* [Given records]
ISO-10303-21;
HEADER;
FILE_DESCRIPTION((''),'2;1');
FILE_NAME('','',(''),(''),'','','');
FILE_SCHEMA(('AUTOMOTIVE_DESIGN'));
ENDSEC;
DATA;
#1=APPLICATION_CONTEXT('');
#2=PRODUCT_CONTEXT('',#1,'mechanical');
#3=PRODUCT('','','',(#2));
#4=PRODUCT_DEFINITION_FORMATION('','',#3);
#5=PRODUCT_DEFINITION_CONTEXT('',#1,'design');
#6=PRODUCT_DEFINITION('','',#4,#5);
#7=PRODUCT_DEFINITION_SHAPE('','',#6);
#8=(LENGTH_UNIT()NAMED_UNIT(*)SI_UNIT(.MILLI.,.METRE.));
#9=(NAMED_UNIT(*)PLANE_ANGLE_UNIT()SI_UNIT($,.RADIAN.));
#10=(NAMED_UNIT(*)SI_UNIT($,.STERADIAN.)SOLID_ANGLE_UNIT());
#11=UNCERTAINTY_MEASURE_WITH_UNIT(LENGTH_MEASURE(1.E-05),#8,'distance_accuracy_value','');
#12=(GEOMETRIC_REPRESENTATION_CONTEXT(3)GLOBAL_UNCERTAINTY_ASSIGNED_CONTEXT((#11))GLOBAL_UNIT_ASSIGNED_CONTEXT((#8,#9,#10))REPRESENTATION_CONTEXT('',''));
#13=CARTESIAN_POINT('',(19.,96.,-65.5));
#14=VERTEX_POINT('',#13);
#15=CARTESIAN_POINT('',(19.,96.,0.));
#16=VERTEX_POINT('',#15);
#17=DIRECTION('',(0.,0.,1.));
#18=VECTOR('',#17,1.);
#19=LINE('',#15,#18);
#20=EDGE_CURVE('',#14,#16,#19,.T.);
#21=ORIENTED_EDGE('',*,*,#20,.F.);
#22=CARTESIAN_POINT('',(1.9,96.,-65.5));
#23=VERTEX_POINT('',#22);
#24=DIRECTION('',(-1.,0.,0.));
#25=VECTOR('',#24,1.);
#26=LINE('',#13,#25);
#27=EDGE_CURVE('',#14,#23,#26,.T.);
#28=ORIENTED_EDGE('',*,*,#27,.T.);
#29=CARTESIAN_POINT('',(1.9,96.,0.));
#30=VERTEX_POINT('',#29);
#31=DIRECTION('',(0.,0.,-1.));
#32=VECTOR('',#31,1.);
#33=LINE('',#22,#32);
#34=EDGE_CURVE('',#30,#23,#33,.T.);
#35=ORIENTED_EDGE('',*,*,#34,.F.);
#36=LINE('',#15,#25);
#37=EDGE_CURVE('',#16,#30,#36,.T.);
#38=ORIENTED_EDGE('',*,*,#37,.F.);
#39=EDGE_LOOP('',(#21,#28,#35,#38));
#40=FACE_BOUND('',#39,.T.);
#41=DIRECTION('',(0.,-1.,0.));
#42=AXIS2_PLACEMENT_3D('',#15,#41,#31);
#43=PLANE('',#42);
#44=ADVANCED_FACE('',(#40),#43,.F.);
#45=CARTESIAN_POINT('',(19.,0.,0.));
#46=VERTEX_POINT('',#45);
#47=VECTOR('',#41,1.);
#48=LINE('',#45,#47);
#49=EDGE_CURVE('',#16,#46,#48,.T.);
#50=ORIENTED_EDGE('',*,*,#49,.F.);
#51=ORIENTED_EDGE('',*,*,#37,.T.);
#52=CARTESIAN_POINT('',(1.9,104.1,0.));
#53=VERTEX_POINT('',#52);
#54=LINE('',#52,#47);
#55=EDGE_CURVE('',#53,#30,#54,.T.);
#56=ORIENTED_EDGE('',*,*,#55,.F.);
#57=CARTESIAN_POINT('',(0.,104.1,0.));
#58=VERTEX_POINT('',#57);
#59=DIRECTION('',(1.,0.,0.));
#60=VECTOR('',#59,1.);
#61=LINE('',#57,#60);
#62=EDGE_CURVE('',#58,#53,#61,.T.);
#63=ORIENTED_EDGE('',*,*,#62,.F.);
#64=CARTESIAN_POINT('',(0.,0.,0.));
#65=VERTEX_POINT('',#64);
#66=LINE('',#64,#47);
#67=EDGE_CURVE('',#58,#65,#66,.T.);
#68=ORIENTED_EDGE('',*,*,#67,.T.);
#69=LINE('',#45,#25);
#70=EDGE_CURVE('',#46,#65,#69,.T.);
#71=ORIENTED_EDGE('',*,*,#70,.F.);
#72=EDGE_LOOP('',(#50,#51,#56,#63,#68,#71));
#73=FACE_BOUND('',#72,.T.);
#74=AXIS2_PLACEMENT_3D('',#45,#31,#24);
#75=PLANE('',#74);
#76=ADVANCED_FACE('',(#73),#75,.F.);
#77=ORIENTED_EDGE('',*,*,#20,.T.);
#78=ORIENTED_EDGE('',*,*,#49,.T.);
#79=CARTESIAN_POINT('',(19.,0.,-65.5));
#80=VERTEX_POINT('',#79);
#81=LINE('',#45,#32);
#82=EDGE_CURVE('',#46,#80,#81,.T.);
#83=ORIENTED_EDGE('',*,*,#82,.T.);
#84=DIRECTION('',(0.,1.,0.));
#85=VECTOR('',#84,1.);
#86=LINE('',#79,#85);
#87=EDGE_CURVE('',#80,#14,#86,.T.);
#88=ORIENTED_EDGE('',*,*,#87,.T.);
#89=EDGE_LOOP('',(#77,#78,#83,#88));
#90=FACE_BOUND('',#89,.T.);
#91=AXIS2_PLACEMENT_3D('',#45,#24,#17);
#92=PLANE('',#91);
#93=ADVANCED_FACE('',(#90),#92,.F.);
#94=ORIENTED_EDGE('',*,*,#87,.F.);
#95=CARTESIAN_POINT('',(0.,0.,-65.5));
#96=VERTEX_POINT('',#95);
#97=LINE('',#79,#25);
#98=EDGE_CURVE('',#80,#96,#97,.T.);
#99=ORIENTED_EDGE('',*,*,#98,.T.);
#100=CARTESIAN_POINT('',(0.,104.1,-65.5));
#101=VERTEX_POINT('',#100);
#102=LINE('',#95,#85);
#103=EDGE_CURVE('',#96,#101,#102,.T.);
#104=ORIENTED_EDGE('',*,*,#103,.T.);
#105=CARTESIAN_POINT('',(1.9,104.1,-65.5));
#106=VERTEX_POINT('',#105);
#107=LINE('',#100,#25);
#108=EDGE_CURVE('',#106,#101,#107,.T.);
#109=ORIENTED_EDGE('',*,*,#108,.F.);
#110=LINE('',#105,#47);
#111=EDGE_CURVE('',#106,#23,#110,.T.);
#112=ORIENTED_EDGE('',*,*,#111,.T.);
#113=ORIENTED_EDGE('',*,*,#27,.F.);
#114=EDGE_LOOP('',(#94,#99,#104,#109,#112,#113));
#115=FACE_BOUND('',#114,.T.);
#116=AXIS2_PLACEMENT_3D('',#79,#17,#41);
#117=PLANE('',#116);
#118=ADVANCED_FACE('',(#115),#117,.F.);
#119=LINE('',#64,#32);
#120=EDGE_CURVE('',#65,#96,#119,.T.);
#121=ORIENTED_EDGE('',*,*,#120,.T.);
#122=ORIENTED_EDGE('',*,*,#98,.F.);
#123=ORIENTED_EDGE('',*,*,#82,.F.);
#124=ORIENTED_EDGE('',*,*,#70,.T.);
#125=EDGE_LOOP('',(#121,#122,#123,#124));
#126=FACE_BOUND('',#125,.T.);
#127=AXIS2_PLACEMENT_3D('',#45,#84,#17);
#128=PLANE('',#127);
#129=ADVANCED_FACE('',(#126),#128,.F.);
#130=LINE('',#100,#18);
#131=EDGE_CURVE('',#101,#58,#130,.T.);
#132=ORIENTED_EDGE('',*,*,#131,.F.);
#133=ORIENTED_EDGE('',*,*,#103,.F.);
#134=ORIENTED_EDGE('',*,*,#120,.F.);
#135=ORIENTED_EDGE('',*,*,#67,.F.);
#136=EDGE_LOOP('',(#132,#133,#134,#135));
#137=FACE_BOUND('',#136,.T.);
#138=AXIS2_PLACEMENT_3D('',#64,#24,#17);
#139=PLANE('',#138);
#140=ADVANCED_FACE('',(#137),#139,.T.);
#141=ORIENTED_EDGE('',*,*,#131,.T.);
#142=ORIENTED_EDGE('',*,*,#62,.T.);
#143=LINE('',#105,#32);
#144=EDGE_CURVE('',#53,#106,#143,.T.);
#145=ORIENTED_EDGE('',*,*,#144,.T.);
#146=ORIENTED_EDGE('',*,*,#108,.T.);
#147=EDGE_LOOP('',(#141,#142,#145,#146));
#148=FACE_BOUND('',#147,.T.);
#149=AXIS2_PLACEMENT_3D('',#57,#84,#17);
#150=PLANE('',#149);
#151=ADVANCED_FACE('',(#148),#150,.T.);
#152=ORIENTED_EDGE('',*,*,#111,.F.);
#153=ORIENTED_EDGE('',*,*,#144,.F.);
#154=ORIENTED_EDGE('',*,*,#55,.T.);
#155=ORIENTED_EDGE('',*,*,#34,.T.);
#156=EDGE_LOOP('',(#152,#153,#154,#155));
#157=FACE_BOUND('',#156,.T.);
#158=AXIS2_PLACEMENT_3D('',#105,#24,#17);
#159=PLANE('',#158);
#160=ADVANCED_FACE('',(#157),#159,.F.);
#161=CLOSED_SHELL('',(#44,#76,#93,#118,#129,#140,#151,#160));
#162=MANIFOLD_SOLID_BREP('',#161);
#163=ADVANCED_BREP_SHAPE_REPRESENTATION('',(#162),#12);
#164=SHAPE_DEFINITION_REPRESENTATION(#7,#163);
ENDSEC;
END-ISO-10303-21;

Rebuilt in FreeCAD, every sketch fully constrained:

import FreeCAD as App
import Part
import Sketcher

V = App.Vector


def add_polygon(sketch, points):
    """Adds a closed chain of lines whose ends are joined by coincident constraints."""
    first, n = sketch.GeometryCount, len(points)
    for a, b in zip(points, points[1:] + points[:1]):
        sketch.addGeometry(Part.LineSegment(App.Vector(*a, 0), App.Vector(*b, 0)), False)
    for i in range(n):
        sketch.addConstraint(Sketcher.Constraint("Coincident", first + i, 2, first + (i + 1) % n, 1))

doc = App.newDocument("Part")
body = doc.addObject("PartDesign::Body", "Body")

# Sketch on YZ plane
sketch1 = body.newObject("Sketcher::SketchObject", "Sketch")
sketch1.AttachmentSupport = (doc.getObject("YZ_Plane"), [""])
sketch1.MapMode = "FlatFace"
add_polygon(sketch1, [(96, 0), (0, 0), (0, -66), (96, -66)])  # lines 0-3
sketch1.addConstraint(Sketcher.Constraint("Horizontal", 0))
sketch1.addConstraint(Sketcher.Constraint("Vertical", 1))
sketch1.addConstraint(Sketcher.Constraint("Horizontal", 2))
sketch1.addConstraint(Sketcher.Constraint("Vertical", 3))
sketch1.addConstraint(Sketcher.Constraint("Coincident", 0, 2, -1, 1))
sketch1.addConstraint(Sketcher.Constraint("DistanceX", 0, 2, 0, 1, 96.0))
sketch1.addConstraint(Sketcher.Constraint("DistanceY", 1, 2, 1, 1, 65.5))
pad1 = body.newObject("PartDesign::Pad", "Pad")
pad1.Profile = sketch1
pad1.Length = 19

# Sketch on XZ plane
sketch2 = body.newObject("Sketcher::SketchObject", "Sketch001")
sketch2.AttachmentSupport = (doc.getObject("XZ_Plane"), [""])
sketch2.MapMode = "FlatFace"
sketch2.AttachmentOffset = App.Placement(V(0, 0, -96), App.Rotation())
add_polygon(sketch2, [(0, -65.5), (0, 0), (1.9, 0), (1.9, -65.5)])  # lines 0-3
sketch2.addConstraint(Sketcher.Constraint("Vertical", 0))
sketch2.addConstraint(Sketcher.Constraint("Horizontal", 1))
sketch2.addConstraint(Sketcher.Constraint("Vertical", 2))
sketch2.addConstraint(Sketcher.Constraint("Horizontal", 3))
sketch2.addConstraint(Sketcher.Constraint("Coincident", 0, 2, -1, 1))
sketch2.addConstraint(Sketcher.Constraint("DistanceX", 1, 1, 1, 2, 1.9))
sketch2.addConstraint(Sketcher.Constraint("DistanceY", 0, 1, 0, 2, 65.5))
pad2 = body.newObject("PartDesign::Pad", "Pad001")
pad2.Profile = sketch2
pad2.Length = 8.1
pad2.Reversed = True

doc.recompute()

* [Description of the task] Taking the lines above, repeat exactly those from the line that contains "#4=PRODUCT_DEFINITION_FORMATION('','',#3);" through the line that contains "#10=(NAMED_UNIT(*)SI_UNIT($,.STERADIAN.)SOLID_ANGLE_UNIT());", and both of those lines as well. Include nothing else.

* [Your solution]
#4=PRODUCT_DEFINITION_FORMATION('','',#3);
#5=PRODUCT_DEFINITION_CONTEXT('',#1,'design');
#6=PRODUCT_DEFINITION('','',#4,#5);
#7=PRODUCT_DEFINITION_SHAPE('','',#6);
#8=(LENGTH_UNIT()NAMED_UNIT(*)SI_UNIT(.MILLI.,.METRE.));
#9=(NAMED_UNIT(*)PLANE_ANGLE_UNIT()SI_UNIT($,.RADIAN.));
#10=(NAMED_UNIT(*)SI_UNIT($,.STERADIAN.)SOLID_ANGLE_UNIT());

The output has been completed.